The method of claim 1,
P1) detecting an incoming or outgoing call, initiating a call recording, and detecting an end of the call to generate a call recording file; further comprising,
When detecting the end of the call according to the step P1), the call recording information management method, characterized in that the step 1) is executed on the call recording file generated as a result of the step P1).
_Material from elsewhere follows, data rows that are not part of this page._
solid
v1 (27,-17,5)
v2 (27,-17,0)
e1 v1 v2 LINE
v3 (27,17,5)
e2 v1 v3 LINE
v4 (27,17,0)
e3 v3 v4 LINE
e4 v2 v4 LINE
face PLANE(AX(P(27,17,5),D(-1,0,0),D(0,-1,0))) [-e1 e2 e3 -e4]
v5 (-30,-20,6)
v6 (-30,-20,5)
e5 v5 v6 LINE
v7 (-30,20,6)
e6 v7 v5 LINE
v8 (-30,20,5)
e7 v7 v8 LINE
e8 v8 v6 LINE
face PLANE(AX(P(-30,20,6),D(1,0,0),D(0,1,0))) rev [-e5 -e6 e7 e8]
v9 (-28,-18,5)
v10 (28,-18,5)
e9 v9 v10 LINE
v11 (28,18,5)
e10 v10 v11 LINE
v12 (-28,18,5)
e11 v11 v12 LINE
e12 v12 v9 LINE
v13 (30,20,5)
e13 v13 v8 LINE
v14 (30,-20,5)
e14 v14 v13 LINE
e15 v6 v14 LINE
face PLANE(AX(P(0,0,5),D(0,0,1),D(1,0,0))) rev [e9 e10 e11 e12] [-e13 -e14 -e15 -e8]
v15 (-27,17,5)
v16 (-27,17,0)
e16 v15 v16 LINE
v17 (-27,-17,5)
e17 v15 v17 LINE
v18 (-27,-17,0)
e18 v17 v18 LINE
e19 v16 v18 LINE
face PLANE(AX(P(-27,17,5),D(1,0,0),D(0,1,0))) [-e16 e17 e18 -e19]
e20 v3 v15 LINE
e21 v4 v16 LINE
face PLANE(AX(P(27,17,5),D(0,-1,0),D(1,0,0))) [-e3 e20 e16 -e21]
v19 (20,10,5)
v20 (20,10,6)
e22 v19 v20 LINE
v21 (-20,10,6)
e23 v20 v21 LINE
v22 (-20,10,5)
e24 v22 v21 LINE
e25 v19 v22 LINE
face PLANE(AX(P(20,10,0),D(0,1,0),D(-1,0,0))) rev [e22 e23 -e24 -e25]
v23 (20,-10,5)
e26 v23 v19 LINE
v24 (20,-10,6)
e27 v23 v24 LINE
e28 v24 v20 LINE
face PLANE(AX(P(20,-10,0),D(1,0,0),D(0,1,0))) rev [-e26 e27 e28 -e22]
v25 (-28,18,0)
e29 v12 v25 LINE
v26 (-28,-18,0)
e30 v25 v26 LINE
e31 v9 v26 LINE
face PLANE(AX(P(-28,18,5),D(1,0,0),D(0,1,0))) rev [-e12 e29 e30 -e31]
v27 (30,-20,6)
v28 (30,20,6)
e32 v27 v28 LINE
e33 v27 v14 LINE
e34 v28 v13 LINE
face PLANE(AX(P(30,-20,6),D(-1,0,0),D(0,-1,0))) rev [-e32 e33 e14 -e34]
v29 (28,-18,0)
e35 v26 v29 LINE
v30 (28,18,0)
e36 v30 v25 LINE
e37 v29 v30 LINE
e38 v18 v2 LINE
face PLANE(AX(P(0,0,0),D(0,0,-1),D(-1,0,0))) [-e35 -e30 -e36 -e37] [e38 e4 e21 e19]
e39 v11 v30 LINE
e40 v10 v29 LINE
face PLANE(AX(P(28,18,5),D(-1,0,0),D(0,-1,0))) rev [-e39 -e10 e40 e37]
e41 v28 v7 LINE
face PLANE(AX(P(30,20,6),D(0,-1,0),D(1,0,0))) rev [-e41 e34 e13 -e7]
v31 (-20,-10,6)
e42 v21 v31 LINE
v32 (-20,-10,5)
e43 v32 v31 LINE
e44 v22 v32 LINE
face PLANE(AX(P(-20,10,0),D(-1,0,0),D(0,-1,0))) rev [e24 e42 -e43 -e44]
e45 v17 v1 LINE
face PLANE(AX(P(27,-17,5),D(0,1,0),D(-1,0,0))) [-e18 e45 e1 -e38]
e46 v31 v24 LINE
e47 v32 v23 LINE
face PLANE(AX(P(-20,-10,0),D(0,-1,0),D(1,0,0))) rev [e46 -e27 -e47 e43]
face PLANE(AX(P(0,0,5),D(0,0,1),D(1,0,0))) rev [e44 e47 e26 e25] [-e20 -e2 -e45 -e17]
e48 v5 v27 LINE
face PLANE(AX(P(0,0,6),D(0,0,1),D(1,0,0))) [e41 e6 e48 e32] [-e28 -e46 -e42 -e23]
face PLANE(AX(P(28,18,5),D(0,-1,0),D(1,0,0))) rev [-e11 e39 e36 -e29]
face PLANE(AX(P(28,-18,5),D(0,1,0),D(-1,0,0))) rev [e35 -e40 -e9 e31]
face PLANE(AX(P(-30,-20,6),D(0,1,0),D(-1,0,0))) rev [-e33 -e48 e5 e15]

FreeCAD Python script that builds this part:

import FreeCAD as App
import Part
import Sketcher
from FreeCAD import Vector
Q = App.Units.Quantity


def add_polygon(sketch, points):
    """Adds a closed chain of lines whose ends are joined by coincident constraints."""
    first, n = sketch.GeometryCount, len(points)
    for a, b in zip(points, points[1:] + points[:1]):
        sketch.addGeometry(Part.LineSegment(App.Vector(*a, 0), App.Vector(*b, 0)), False)
    for i in range(n):
        sketch.addConstraint(Sketcher.Constraint("Coincident", first + i, 2, first + (i + 1) % n, 1))

doc = App.newDocument("Part")
body = doc.addObject("PartDesign::Body", "Body")

# Sketch on XY plane
sketch1 = body.newObject("Sketcher::SketchObject", "Sketch")
sketch1.AttachmentSupport = (doc.getObject("XY_Plane"), [""])
sketch1.MapMode = "FlatFace"
add_polygon(sketch1, [(-28, 18), (-28, -18), (28, -18), (28, 18)])  # lines 0-3
add_polygon(sketch1, [(27, -17), (-27, -17), (-27, 17), (27, 17)])  # lines 4-7
sketch1.addConstraint(Sketcher.Constraint("Vertical", 0))
sketch1.addConstraint(Sketcher.Constraint("Horizontal", 1))
sketch1.addConstraint(Sketcher.Constraint("Vertical", 2))
sketch1.addConstraint(Sketcher.Constraint("Horizontal", 3))
sketch1.addConstraint(Sketcher.Constraint("Horizontal", 4))
sketch1.addConstraint(Sketcher.Constraint("Vertical", 5))
sketch1.addConstraint(Sketcher.Constraint("Horizontal", 6))
sketch1.addConstraint(Sketcher.Constraint("Vertical", 7))
sketch1.addConstraint(Sketcher.Constraint("Symmetric", 0, 2, 2, 2, -1, 1))
sketch1.addConstraint(Sketcher.Constraint("Symmetric", 4, 2, 6, 2, -1, 1))
sketch1.addConstraint(Sketcher.Constraint("DistanceX", 1, 1, 1, 2, Q("56 mm")))
sketch1.addConstraint(Sketcher.Constraint("DistanceX", 4, 2, 4, 1, Q("54 mm")))
sketch1.addConstraint(Sketcher.Constraint("DistanceY", 0, 2, 0, 1, Q("36 mm")))
sketch1.addConstraint(Sketcher.Constraint("DistanceY", 5, 1, 5, 2, Q("34 mm")))
pad1 = body.newObject("PartDesign::Pad", "Pad")
pad1.Profile = sketch1
pad1.Length = 5

# Sketch on XY plane
sketch2 = body.newObject("Sketcher::SketchObject", "Sketch001")
sketch2.AttachmentSupport = (doc.getObject("XY_Plane"), [""])
sketch2.MapMode = "FlatFace"
sketch2.AttachmentOffset = App.Placement(Vector(0, 0, 5), App.Rotation())
add_polygon(sketch2, [(-30, 20), (-30, -20), (30, -20), (30, 20)])  # lines 0-3
sketch2.addConstraint(Sketcher.Constraint("Vertical", 0))
sketch2.addConstraint(Sketcher.Constraint("Horizontal", 1))
sketch2.addConstraint(Sketcher.Constraint("Vertical", 2))
sketch2.addConstraint(Sketcher.Constraint("Horizontal", 3))
sketch2.addConstraint(Sketcher.Constraint("Symmetric", 0, 2, 2, 2, -1, 1))
sketch2.addConstraint(Sketcher.Constraint("DistanceX", 1, 1, 1, 2, Q("60 mm")))
sketch2.addConstraint(Sketcher.Constraint("DistanceY", 0, 2, 0, 1, Q("40 mm")))
pad2 = body.newObject("PartDesign::Pad", "Pad001")
pad2.Profile = sketch2
pad2.Length = 1

# Sketch on XY plane
sketch3 = body.newObject("Sketcher::SketchObject", "Sketch002")
sketch3.AttachmentSupport = (doc.getObject("XY_Plane"), [""])
sketch3.MapMode = "FlatFace"
sketch3.AttachmentOffset = App.Placement(Vector(0, 0, 6), App.Rotation())
add_polygon(sketch3, [(-20, 10), (-20, -10), (20, -10), (20, 10)])  # lines 0-3
sketch3.addConstraint(Sketcher.Constraint("Vertical", 0))
sketch3.addConstraint(Sketcher.Constraint("Horizontal", 1))
sketch3.addConstraint(Sketcher.Constraint("Vertical", 2))
sketch3.addConstraint(Sketcher.Constraint("Horizontal", 3))
sketch3.addConstraint(Sketcher.Constraint("Symmetric", 0, 2, 2, 2, -1, 1))
sketch3.addConstraint(Sketcher.Constraint("DistanceX", 1, 1, 1, 2, Q("40 mm")))
sketch3.addConstraint(Sketcher.Constraint("DistanceY", 0, 2, 0, 1, Q("20 mm")))
pocket1 = body.newObject("PartDesign::Pocket", "Pocket")
pocket1.Profile = sketch3
pocket1.Type = "ThroughAll"

doc.recompute()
A computer program stored in a computer-readable medium to execute a method for managing call recording information by being combined with hardware including a memory storing one or more instructions and a processor executing the one or more instructions stored in the memory,
The call recording information management method,
1) recording call identification information about the call recording file in a call recording information management DB;
2) transmitting a call recording file including call identification information to a server;
3) In order to identify the call recording file transmitted to the server as a voice-to-text conversion (STT) target, STT identification information given by the server is transmitted from the server, and the STT identification information is transmitted to the call recording information management DB. Matching and recording the call identification information;
4) receiving the call recording text information from the server, and recording the recorded text information in the call recording information management DB by matching the STT identification information-The call recording text information is provided by the server to the call recording file Separating the voice of the user of the mobile terminal and the voice of the calling party from the speaker, and separately including each text information generated by voice-to-text conversion (STT) for the entire call voice, the user voice, and the calling party voice; And
5) providing a search mode for the call recording text information based on the call recording information management DB; including,
The search mode,
Provided in the form of a search screen to search for call identification information or call recording text information including the keyword entered by the user,
A computer program stored in a computer-readable medium, characterized in that, as a search condition for the call recorded text information, the entire call voice, the user voice, and the call counterpart voice are classified and searchable.